After about ten minutes, my good natured giddiness plateaued and it seemed that a switch had occurred. Now I was driving the drug, the drug wasn’t driving me. That wouldn’t do. I wanted to be rocked – catapulted into bliss, beyond my will. I popped another half a cap. Almost as soon as I did this, I felt the first dose bloom into its full floral splendor. The second dose came roaring to the fore shortly after.

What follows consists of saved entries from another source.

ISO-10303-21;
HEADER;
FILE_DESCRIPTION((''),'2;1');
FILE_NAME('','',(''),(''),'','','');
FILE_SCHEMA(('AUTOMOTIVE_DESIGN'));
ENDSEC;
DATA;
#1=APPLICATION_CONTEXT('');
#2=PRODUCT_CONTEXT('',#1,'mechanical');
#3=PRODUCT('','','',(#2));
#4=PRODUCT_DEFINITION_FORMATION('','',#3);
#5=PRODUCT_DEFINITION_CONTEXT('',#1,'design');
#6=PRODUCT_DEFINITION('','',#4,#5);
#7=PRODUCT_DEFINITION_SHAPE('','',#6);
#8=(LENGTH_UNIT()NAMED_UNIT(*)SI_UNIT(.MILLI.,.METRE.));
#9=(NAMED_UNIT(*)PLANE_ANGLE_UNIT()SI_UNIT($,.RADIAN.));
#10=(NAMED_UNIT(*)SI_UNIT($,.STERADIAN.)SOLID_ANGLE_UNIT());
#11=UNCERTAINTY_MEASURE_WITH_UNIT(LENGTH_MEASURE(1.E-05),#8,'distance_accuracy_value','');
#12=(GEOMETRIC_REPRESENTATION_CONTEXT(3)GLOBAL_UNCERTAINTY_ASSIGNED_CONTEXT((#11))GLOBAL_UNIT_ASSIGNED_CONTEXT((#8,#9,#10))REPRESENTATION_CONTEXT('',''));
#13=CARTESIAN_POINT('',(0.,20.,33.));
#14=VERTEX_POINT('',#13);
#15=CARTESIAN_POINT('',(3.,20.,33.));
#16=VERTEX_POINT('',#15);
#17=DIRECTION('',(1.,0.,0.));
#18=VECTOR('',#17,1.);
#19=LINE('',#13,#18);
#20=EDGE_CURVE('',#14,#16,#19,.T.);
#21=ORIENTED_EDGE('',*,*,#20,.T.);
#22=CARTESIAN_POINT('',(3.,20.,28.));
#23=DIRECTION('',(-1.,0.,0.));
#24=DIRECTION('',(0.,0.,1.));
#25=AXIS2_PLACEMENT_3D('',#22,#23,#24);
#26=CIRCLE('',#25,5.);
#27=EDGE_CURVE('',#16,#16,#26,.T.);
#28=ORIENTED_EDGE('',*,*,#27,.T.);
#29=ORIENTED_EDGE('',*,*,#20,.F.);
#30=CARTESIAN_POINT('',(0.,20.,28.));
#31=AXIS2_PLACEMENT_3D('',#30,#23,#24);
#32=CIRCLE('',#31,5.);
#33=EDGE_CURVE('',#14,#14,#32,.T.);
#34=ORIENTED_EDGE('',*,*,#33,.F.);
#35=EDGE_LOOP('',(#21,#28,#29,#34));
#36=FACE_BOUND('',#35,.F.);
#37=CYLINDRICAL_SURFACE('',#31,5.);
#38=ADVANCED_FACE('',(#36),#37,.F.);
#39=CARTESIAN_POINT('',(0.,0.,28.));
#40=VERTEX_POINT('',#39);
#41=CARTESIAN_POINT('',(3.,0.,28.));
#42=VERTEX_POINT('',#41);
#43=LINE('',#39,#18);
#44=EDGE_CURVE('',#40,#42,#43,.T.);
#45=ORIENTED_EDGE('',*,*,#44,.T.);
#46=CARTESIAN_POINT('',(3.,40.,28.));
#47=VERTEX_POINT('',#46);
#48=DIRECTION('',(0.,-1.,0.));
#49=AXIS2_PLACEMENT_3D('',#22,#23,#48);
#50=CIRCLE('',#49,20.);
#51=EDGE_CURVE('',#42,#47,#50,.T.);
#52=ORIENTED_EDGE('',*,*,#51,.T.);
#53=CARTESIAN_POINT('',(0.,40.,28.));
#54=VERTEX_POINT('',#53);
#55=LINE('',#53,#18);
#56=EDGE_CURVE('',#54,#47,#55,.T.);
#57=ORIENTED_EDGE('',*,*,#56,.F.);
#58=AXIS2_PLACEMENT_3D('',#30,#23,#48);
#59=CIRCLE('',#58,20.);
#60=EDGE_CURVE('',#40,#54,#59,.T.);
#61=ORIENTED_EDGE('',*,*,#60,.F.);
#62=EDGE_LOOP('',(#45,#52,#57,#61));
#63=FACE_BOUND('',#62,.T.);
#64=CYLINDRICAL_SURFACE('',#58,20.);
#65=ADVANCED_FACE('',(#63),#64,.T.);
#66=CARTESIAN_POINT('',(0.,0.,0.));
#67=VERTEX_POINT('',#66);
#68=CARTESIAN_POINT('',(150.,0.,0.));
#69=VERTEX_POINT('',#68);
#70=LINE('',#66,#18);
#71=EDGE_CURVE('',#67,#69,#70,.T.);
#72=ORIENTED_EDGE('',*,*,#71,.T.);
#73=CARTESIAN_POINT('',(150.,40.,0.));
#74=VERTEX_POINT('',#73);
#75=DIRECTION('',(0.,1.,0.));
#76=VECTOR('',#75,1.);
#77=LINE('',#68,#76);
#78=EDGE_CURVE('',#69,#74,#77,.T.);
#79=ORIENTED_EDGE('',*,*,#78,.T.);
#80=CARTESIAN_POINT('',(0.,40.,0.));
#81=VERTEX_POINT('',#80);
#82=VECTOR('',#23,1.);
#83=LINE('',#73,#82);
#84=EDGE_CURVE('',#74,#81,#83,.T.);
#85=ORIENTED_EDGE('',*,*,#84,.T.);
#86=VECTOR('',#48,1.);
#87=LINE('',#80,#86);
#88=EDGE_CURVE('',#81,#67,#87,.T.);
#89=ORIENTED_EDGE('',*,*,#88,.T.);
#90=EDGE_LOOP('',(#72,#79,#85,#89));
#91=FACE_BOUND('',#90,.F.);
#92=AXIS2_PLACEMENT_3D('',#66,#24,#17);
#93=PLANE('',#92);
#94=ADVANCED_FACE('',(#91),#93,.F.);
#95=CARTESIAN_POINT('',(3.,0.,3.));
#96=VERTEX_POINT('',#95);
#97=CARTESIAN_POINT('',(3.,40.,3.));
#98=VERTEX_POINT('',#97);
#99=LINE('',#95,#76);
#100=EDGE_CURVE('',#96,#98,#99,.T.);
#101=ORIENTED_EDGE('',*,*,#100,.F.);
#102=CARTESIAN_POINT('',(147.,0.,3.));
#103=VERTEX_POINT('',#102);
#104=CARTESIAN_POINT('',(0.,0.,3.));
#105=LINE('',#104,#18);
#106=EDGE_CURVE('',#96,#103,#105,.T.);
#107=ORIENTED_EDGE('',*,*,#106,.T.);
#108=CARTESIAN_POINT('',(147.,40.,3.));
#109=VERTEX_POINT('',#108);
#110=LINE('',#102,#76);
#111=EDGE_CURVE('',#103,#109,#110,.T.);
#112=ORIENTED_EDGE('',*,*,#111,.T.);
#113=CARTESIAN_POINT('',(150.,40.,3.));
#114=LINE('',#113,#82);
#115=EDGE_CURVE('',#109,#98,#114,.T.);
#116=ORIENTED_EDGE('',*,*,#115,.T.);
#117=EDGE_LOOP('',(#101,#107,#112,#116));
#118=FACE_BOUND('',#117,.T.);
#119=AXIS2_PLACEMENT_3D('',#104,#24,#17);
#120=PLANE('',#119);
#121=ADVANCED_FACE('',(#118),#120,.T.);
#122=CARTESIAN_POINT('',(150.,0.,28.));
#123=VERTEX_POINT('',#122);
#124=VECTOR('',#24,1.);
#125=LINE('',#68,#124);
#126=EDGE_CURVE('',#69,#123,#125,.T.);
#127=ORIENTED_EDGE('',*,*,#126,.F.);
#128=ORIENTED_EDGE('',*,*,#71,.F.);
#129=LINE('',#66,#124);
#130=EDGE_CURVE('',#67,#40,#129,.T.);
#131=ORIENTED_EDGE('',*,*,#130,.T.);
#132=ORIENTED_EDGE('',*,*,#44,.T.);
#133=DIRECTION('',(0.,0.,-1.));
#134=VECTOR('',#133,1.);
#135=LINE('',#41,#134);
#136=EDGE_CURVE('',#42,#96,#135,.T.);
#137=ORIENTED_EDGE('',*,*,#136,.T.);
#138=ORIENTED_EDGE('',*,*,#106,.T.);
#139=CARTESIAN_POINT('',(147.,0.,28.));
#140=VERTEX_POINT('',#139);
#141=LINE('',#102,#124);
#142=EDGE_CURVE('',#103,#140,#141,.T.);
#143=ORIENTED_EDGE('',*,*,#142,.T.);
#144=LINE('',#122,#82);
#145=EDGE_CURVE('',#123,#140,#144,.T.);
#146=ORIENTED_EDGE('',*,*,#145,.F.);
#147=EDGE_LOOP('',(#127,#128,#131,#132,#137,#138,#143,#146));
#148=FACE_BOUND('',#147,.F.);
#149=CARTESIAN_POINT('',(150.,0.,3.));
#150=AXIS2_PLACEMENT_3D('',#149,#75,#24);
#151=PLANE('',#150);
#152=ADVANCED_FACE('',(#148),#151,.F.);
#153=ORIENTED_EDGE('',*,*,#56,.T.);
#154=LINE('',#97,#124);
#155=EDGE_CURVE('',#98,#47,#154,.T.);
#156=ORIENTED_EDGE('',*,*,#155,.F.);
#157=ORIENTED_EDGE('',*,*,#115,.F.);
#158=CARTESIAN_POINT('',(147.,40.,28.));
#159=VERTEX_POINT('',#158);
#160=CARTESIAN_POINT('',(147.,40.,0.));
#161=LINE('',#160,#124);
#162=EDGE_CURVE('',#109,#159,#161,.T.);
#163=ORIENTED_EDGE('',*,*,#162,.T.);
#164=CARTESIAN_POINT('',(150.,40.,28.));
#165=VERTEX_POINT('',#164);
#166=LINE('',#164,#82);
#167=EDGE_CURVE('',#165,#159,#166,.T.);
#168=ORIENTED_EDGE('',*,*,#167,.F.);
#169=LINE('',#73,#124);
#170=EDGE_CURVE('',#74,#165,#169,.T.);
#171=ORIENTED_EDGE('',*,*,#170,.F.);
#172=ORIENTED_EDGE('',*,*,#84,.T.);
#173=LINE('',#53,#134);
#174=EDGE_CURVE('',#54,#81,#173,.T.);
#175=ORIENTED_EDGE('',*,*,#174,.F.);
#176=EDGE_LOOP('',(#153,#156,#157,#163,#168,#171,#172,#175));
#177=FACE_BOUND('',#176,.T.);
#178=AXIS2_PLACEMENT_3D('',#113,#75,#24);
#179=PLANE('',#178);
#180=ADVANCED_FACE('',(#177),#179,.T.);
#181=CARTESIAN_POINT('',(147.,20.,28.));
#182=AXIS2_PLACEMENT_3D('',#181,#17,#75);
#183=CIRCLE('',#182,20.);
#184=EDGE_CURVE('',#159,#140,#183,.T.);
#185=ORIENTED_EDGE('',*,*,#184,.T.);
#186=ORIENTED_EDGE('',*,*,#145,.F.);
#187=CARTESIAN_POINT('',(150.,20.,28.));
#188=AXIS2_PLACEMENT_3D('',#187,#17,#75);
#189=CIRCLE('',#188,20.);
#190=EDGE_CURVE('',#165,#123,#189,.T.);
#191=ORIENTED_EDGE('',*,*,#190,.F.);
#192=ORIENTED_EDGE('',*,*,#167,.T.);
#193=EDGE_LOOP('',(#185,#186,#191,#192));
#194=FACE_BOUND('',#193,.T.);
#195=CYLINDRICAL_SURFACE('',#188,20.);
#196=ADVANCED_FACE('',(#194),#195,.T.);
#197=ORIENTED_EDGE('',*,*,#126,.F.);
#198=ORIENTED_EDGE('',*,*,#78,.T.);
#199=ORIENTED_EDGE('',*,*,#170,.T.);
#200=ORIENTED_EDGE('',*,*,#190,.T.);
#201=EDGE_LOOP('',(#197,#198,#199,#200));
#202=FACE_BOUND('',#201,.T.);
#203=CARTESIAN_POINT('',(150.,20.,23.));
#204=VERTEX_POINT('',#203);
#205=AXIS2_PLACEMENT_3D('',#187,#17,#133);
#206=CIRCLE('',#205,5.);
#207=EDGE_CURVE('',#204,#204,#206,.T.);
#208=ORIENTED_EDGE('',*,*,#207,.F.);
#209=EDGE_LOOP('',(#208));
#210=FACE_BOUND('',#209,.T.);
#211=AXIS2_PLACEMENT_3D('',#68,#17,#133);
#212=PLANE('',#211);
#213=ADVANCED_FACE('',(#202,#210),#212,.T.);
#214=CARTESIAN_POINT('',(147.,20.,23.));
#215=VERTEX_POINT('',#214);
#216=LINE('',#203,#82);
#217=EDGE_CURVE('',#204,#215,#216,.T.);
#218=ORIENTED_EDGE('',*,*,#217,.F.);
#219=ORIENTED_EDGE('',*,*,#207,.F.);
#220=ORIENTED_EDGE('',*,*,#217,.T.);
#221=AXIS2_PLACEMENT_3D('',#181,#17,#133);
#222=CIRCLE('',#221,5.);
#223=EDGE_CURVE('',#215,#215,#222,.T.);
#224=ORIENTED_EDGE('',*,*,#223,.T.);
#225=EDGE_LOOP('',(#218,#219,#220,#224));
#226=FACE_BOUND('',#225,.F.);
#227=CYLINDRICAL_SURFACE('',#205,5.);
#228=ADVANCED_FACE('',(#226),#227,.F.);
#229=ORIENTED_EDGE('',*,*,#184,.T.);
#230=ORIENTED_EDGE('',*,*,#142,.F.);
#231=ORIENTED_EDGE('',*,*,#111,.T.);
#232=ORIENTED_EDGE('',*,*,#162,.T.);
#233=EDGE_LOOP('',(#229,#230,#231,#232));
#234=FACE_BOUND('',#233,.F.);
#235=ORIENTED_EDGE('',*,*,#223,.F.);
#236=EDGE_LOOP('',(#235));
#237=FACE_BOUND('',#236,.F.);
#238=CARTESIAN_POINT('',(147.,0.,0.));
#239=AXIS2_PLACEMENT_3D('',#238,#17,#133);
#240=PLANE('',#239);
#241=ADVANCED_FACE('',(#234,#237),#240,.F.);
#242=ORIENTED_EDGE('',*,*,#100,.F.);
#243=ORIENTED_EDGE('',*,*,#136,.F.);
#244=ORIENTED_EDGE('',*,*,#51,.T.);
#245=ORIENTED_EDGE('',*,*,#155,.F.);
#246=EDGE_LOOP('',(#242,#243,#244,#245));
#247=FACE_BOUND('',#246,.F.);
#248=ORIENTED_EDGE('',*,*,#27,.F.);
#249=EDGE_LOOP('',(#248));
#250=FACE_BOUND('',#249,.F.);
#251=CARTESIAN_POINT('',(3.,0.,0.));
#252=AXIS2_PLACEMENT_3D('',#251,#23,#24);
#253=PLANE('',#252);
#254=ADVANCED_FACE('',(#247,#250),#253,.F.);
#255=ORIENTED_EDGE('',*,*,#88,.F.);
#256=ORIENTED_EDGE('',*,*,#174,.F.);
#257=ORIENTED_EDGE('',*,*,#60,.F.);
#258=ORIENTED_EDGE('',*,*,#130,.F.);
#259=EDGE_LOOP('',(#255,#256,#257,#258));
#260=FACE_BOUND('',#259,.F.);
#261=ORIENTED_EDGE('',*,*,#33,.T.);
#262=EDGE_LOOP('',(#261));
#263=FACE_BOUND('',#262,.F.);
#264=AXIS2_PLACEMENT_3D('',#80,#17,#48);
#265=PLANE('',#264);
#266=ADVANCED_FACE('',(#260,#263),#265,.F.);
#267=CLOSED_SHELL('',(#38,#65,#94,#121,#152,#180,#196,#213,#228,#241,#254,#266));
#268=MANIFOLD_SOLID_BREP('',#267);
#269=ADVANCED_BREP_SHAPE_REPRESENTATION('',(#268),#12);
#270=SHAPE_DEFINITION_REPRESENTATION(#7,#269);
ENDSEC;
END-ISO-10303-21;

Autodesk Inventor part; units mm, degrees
ref_plane "YZ Plane" through (0, 0, 0) normal (1, 0, 0) x (0, 1, 0)
ref_plane "XZ Plane" through (0, 0, 0) normal (0, 1, 0) x (-1, 0, 0)
ref_plane "XY Plane" through (0, 0, 0) normal (0, 0, 1) x (1, 0, 0)
sketch "스케치1" plane through (0, 0, 0) normal (0, 0, 1) x (1, 0, 0)
  line L0 (0, 0) -> (150, 0)
  line L1 (150, 0) -> (150, 40)
  line L2 (150, 40) -> (0, 40)
  line L3 (0, 40) -> (0, 0)
  point P0 (150, 20)
  dimension "d0" = 40
  dimension "d1" = 150
extrude "돌출1" add sketch "스케치1" along normal blind 3
sketch "스케치2" plane through (0, 0, 0) normal (-1, 0, 0) x (0, 0, 1)
  line L0 (3, 0) -> (3, 40) projected
  line L1 (3, 40) -> (28, 40)
  line L2 (28, 0) -> (3, 0)
  line L3 (3, 0) -> (3, 40)
  arc A0 (28, 0) -> (28, 40) centre (28, 20) ccw
  circle A1 centre (28, 20) radius 5
  point P0 (0, 0)
  dimension "d5" = 10
  dimension "d6" = 25
extrude "돌출2" add sketch "스케치2" against normal blind 3
sketch "스케치3" plane through (150, 0, 0) normal (1, 0, 0) x (0, 0, -1)
  line L0 (-3, 0) -> (-3, 40) projected
  arc A0 (-28, 40) -> (-28, 0) centre (-28, 20) ccw projected
  line L1 (-3, 0) -> (-28, 0)
  line L2 (0, 40) -> (-28, 40) projected
  line L3 (-28, 40) -> (-3, 40)
  arc A1 (-28, 40) -> (-28, 0) centre (-28, 20) ccw
  circle A2 centre (-28, 20) radius 5 projected
  circle A3 centre (-28, 20) radius 5
  point P0 (0, 0)
  dimension "d10" = 10
extrude "돌출3" add sketch "스케치3" against normal blind 3
properties part number "braket"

Over the course of the next five minutes my inhibitions vaporized and I became concerned with nothing other than expressing my boundless love for everything. This came to focus on the people I was rolling with, particularly R, whom I towed into the room to cover with kisses. After I’d mauled R a little too much (and crossed the hugging/bugging line), I would start kissing someone else. I would run my hands through S's hair and look deep into her eyes. I would bear-hug C. Everyone was high and happily accepting my glowing offerings, sometimes adding their own wacky stylings and variations on the theme. The theme never strayed far from love. The four of us tangled into a human knot, a love soup. I found myself an easy participant in this omni-erogenous group grope.
I was ridiculously high. I felt fantastically good. Smiley, mellow, and very vital. I told C and S to split another pill, which they promptly did. I indulged in a brief fit of spastic dancing and wondered why I hadn’t used this stuff. I could have really gotten into the rave, instead of watching voyeuristically from the sidelines like some nutty techno connoisseur. It didn’t matter though. This afterparty was sublime.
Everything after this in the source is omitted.